Exercise — Return, exactly and in full, the lines of the records below starting at the one with "e10 v6 v8 LINE" and ending at the one with "e22 v18 v11 LINE", and no other lines.

Saved data entries

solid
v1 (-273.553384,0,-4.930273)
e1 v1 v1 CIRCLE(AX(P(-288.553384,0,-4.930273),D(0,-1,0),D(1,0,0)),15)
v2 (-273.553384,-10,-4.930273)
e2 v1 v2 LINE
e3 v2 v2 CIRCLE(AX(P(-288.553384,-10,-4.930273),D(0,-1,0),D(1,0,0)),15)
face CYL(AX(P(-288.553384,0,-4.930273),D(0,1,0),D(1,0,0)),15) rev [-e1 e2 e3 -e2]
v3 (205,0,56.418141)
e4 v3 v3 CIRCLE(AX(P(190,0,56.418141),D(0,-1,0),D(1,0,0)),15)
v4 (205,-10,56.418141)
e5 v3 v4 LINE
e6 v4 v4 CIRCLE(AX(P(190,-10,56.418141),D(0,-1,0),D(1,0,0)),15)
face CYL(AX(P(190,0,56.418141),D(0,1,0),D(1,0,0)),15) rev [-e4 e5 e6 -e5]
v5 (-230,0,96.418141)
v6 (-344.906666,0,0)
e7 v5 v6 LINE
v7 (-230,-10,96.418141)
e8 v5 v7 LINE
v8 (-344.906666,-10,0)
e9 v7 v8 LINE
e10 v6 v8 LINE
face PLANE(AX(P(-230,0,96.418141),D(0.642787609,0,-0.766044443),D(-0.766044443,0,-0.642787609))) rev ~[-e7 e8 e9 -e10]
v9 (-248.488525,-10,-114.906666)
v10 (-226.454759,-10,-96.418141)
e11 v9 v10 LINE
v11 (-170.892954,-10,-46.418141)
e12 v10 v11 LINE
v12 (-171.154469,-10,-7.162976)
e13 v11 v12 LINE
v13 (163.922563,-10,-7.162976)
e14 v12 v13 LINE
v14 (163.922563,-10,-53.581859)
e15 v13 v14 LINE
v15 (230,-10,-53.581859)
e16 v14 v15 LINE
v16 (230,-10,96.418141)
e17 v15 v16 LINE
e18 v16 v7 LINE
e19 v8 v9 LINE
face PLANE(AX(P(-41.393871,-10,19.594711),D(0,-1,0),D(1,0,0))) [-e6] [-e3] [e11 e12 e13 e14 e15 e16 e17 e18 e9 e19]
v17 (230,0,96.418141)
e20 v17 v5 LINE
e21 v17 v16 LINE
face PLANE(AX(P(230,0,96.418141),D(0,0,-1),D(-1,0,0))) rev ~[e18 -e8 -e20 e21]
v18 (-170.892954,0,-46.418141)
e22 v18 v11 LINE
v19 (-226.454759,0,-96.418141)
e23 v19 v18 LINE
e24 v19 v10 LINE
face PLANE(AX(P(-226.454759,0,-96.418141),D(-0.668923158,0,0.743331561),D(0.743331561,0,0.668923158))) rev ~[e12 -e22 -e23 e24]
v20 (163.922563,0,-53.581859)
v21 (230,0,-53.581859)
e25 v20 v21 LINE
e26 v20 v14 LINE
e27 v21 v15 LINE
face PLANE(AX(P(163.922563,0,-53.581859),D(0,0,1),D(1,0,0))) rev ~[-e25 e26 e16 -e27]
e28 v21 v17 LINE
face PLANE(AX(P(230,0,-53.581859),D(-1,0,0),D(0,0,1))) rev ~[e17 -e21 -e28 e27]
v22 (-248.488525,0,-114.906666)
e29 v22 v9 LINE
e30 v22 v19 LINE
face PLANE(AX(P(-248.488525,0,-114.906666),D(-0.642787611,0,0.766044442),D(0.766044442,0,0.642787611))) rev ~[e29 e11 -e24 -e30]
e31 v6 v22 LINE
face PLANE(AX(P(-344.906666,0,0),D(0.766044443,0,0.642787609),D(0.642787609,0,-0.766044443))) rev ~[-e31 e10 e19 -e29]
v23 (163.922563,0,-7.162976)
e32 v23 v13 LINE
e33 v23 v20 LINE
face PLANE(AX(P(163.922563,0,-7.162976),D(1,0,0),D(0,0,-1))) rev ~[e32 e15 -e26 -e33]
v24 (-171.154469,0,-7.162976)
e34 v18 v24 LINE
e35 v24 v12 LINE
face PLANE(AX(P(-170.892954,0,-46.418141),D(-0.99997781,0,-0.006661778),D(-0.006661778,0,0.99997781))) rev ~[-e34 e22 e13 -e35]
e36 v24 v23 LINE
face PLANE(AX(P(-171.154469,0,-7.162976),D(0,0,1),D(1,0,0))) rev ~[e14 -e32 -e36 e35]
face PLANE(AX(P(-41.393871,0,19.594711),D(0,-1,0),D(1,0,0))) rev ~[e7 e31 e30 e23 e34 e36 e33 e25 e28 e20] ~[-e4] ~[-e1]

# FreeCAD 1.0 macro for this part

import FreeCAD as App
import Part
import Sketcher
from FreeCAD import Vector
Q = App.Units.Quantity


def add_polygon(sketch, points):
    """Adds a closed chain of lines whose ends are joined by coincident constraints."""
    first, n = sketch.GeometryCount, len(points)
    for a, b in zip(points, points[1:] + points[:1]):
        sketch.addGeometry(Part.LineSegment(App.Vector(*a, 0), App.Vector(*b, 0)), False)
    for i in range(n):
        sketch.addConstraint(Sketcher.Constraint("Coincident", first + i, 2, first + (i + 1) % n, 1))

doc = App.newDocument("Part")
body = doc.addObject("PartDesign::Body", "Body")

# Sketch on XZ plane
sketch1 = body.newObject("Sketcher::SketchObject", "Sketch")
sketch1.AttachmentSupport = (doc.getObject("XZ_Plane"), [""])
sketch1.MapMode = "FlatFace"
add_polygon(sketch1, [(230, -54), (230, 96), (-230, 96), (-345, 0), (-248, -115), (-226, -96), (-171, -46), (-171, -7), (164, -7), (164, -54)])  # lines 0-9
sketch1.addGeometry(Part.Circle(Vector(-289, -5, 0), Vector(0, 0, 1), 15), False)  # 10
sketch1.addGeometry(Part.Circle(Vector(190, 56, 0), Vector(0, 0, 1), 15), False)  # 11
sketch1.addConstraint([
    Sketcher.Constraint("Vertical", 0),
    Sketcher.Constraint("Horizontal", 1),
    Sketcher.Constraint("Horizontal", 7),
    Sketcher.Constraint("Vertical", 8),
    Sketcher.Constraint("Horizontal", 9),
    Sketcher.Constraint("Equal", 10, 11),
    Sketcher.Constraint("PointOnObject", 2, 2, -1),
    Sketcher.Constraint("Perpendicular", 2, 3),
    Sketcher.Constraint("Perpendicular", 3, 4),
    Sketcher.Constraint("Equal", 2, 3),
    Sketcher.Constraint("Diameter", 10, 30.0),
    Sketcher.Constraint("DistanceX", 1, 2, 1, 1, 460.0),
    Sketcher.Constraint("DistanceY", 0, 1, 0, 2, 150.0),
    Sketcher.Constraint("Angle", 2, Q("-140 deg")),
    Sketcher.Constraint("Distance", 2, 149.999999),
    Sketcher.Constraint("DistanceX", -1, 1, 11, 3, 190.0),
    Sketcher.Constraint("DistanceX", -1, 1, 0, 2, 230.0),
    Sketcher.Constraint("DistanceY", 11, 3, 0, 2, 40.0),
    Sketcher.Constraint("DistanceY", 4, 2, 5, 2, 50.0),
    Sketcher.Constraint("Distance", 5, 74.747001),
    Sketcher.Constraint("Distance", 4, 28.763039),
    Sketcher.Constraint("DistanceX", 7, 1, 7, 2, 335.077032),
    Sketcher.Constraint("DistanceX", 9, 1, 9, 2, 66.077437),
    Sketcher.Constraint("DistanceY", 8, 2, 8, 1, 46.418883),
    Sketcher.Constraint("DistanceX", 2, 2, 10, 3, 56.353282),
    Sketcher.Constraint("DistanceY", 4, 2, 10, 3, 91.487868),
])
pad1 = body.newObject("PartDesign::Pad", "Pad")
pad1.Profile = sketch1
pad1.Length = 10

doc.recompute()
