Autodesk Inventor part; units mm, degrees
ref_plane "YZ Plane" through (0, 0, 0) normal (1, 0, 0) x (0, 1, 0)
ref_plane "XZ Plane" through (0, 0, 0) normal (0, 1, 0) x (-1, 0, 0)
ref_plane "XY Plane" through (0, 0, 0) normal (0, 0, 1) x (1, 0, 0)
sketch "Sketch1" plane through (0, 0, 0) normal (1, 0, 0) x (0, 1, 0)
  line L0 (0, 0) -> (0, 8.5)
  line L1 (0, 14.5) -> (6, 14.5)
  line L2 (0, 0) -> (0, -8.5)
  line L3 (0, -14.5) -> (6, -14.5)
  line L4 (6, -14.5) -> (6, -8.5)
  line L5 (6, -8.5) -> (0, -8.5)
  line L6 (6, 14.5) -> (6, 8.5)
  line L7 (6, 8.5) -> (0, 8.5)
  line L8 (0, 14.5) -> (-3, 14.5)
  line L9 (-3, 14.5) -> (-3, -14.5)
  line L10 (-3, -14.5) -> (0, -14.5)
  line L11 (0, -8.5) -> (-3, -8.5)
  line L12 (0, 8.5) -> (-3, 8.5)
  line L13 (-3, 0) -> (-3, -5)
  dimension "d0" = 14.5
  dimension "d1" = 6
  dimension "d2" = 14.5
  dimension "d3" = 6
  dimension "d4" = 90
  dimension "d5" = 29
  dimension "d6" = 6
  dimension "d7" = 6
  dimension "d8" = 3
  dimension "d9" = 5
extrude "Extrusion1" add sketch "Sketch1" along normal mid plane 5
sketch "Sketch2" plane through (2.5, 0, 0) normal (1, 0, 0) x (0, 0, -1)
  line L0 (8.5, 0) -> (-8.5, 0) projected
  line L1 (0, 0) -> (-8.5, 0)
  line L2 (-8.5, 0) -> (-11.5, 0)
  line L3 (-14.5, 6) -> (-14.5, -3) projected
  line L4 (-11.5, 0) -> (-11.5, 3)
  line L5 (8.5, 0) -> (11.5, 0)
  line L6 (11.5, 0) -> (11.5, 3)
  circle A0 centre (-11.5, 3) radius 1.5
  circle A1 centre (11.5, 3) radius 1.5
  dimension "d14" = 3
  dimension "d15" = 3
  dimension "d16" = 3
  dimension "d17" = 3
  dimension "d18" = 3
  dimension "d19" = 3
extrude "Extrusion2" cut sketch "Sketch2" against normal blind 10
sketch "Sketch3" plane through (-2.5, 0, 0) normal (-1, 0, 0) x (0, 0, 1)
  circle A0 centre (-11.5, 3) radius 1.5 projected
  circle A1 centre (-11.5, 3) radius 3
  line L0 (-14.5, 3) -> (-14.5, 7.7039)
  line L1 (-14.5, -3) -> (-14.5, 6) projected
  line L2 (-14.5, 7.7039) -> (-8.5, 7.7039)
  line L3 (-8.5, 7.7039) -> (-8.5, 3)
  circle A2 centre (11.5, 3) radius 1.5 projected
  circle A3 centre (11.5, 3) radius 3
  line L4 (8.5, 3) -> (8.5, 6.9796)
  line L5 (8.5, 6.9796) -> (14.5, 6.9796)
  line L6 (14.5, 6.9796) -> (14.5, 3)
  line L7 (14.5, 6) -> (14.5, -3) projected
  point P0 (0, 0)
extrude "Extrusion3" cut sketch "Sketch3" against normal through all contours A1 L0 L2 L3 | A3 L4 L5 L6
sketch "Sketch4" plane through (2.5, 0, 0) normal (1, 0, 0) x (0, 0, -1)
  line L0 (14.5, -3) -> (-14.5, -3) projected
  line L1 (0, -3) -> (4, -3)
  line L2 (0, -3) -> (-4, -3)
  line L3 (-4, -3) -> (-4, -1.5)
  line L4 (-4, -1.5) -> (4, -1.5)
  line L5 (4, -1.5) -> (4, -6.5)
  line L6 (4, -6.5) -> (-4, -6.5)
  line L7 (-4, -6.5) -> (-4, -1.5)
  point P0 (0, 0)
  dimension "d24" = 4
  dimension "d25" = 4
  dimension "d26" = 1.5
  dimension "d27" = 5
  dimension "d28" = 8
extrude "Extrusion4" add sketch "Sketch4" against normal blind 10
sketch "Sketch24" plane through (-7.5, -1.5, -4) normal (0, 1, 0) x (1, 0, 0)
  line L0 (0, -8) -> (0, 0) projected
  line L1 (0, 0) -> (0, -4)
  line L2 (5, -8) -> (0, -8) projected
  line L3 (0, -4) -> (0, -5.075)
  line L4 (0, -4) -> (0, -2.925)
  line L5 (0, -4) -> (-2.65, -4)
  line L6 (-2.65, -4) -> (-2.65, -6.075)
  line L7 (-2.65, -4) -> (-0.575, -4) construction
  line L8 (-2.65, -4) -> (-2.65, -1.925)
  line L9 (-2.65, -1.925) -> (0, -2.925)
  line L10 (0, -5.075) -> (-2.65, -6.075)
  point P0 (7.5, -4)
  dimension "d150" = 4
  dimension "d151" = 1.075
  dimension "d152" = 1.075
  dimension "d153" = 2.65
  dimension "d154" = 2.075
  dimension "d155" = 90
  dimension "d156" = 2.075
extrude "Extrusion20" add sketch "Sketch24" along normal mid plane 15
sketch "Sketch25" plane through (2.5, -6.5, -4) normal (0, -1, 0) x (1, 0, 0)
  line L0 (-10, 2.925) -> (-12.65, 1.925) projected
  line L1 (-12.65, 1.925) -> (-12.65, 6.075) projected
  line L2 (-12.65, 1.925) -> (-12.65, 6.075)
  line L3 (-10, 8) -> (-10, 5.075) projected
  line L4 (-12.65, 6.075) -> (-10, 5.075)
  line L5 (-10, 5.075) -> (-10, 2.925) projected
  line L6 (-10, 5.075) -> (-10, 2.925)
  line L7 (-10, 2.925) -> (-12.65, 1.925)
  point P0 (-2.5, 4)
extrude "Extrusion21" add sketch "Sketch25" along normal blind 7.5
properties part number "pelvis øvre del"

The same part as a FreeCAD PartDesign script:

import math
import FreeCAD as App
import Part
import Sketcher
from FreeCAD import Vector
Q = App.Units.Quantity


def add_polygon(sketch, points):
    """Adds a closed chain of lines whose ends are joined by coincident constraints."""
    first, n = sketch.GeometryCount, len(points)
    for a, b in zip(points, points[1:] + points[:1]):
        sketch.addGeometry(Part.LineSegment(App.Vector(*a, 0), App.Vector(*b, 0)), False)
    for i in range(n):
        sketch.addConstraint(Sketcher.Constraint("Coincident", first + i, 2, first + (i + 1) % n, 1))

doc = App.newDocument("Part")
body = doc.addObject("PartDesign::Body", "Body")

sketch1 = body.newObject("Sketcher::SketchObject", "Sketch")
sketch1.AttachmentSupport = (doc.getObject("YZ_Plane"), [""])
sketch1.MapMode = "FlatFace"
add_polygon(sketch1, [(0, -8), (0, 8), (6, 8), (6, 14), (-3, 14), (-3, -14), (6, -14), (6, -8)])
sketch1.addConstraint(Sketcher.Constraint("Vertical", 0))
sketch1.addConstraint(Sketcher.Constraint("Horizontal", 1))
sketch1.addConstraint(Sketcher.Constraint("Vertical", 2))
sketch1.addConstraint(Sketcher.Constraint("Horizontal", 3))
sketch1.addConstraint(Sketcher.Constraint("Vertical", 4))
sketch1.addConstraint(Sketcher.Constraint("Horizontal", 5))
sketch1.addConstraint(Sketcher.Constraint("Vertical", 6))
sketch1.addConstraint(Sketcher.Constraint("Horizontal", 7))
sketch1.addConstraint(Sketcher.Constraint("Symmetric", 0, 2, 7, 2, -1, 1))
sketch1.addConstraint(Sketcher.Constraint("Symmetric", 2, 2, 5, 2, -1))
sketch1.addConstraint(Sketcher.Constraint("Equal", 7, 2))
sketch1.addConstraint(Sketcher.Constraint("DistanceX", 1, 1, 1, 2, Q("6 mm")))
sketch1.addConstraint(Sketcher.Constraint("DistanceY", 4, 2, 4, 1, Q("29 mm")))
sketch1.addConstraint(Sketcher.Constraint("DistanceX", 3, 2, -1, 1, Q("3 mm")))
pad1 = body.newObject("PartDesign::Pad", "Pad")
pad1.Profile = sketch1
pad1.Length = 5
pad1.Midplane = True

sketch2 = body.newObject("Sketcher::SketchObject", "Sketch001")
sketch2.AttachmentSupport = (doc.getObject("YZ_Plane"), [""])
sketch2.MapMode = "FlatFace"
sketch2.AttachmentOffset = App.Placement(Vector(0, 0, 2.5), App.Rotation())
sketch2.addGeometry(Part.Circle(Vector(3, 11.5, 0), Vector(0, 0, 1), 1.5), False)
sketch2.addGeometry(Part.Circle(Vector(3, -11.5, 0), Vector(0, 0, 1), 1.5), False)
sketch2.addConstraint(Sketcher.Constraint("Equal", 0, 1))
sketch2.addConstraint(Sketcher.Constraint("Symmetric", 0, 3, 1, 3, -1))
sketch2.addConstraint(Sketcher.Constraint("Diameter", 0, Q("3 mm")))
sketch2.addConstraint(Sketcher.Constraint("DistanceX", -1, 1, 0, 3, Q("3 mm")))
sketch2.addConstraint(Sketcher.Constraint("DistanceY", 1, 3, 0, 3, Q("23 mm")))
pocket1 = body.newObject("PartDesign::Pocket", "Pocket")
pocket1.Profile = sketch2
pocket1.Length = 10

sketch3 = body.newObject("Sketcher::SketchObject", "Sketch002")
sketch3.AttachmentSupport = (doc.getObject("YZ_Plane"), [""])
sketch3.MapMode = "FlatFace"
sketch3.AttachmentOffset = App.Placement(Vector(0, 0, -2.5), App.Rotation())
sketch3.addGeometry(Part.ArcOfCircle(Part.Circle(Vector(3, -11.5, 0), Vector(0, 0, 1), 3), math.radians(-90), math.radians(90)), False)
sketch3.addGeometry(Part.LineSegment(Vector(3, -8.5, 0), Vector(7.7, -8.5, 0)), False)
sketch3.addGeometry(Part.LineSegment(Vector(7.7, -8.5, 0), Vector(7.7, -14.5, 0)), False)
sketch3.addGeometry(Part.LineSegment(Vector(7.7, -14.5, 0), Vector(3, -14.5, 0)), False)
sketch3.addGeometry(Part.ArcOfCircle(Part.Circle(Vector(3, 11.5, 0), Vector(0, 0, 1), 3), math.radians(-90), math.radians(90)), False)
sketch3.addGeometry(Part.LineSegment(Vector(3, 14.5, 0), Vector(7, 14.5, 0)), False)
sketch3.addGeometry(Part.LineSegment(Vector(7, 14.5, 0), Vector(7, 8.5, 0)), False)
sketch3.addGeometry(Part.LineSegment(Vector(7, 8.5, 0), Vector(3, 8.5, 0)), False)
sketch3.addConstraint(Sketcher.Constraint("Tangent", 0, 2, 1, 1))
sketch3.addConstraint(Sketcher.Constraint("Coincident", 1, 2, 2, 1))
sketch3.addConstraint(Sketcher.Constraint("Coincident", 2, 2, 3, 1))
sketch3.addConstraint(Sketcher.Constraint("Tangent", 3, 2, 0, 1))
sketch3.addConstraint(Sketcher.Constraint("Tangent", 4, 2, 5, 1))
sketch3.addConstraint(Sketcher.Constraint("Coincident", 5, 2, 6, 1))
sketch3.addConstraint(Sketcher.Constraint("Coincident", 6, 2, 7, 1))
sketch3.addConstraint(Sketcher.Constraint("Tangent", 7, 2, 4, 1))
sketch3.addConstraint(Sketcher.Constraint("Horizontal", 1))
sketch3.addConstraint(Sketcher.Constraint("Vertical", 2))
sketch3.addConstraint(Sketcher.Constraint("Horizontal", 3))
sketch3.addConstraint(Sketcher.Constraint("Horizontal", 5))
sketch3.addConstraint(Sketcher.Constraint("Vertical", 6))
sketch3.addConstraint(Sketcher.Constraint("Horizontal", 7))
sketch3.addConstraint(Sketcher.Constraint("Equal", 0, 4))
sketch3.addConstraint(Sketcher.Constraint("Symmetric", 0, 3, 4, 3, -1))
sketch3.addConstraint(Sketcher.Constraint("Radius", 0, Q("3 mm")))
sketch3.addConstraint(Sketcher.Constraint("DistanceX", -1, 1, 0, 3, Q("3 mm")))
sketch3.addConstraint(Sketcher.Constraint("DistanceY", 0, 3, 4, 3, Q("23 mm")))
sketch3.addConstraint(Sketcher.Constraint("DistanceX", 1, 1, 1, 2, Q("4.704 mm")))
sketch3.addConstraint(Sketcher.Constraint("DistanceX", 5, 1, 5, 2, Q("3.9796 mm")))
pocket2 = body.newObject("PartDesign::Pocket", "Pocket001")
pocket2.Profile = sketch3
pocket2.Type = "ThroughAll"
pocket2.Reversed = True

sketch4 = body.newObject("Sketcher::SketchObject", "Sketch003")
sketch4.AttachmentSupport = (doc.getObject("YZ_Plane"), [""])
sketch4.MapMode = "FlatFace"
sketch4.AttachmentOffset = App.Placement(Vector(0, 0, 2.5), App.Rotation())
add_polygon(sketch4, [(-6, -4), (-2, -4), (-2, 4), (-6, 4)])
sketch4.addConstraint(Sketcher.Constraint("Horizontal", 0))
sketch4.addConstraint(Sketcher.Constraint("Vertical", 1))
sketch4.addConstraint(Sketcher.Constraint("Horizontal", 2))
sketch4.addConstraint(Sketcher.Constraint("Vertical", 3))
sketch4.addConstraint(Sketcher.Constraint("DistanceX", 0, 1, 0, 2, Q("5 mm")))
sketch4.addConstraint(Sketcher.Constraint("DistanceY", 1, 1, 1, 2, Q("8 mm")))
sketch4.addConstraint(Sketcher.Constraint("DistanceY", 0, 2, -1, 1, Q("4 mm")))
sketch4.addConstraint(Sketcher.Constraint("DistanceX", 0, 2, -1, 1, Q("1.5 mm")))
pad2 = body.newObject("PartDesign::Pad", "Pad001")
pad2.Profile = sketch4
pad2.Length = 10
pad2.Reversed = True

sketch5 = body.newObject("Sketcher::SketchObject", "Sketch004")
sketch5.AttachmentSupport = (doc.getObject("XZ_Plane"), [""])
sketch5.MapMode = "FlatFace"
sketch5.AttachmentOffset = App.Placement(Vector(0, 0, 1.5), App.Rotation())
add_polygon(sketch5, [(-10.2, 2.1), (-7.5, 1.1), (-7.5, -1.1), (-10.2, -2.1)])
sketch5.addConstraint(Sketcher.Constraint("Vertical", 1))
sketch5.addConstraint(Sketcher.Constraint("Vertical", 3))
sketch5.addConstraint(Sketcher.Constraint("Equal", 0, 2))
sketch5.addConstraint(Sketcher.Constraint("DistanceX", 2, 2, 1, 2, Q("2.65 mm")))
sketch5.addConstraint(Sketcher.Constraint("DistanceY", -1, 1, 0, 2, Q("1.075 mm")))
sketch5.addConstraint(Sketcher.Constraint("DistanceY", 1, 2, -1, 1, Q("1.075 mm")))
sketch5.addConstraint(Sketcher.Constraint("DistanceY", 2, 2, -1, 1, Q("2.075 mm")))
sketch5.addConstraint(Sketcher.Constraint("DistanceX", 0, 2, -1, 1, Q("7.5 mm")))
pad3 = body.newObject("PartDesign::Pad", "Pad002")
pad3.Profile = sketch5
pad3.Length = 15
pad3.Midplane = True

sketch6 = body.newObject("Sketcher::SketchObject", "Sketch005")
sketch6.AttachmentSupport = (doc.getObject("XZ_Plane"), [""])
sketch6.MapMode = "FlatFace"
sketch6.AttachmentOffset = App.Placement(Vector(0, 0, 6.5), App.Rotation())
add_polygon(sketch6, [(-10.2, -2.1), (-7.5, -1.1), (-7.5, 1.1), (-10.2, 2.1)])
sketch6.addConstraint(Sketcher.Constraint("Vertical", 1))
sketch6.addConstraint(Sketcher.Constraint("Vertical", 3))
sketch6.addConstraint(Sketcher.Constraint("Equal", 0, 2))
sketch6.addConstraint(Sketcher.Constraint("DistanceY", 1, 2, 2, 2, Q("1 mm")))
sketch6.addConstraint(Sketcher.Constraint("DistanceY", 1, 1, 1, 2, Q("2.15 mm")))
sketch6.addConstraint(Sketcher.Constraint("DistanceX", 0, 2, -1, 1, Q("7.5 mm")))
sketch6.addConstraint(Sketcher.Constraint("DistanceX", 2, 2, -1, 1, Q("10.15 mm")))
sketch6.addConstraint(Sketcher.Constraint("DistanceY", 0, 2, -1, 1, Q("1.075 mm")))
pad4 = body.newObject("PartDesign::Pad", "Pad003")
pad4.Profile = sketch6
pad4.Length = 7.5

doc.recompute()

Answer box —
e10 v6 v8 LINE
face PLANE(AX(P(-230,0,96.418141),D(0.642787609,0,-0.766044443),D(-0.766044443,0,-0.642787609))) rev ~[-e7 e8 e9 -e10]
v9 (-248.488525,-10,-114.906666)
v10 (-226.454759,-10,-96.418141)
e11 v9 v10 LINE
v11 (-170.892954,-10,-46.418141)
e12 v10 v11 LINE
v12 (-171.154469,-10,-7.162976)
e13 v11 v12 LINE
v13 (163.922563,-10,-7.162976)
e14 v12 v13 LINE
v14 (163.922563,-10,-53.581859)
e15 v13 v14 LINE
v15 (230,-10,-53.581859)
e16 v14 v15 LINE
v16 (230,-10,96.418141)
e17 v15 v16 LINE
e18 v16 v7 LINE
e19 v8 v9 LINE
face PLANE(AX(P(-41.393871,-10,19.594711),D(0,-1,0),D(1,0,0))) [-e6] [-e3] [e11 e12 e13 e14 e15 e16 e17 e18 e9 e19]
v17 (230,0,96.418141)
e20 v17 v5 LINE
e21 v17 v16 LINE
face PLANE(AX(P(230,0,96.418141),D(0,0,-1),D(-1,0,0))) rev ~[e18 -e8 -e20 e21]
v18 (-170.892954,0,-46.418141)
e22 v18 v11 LINE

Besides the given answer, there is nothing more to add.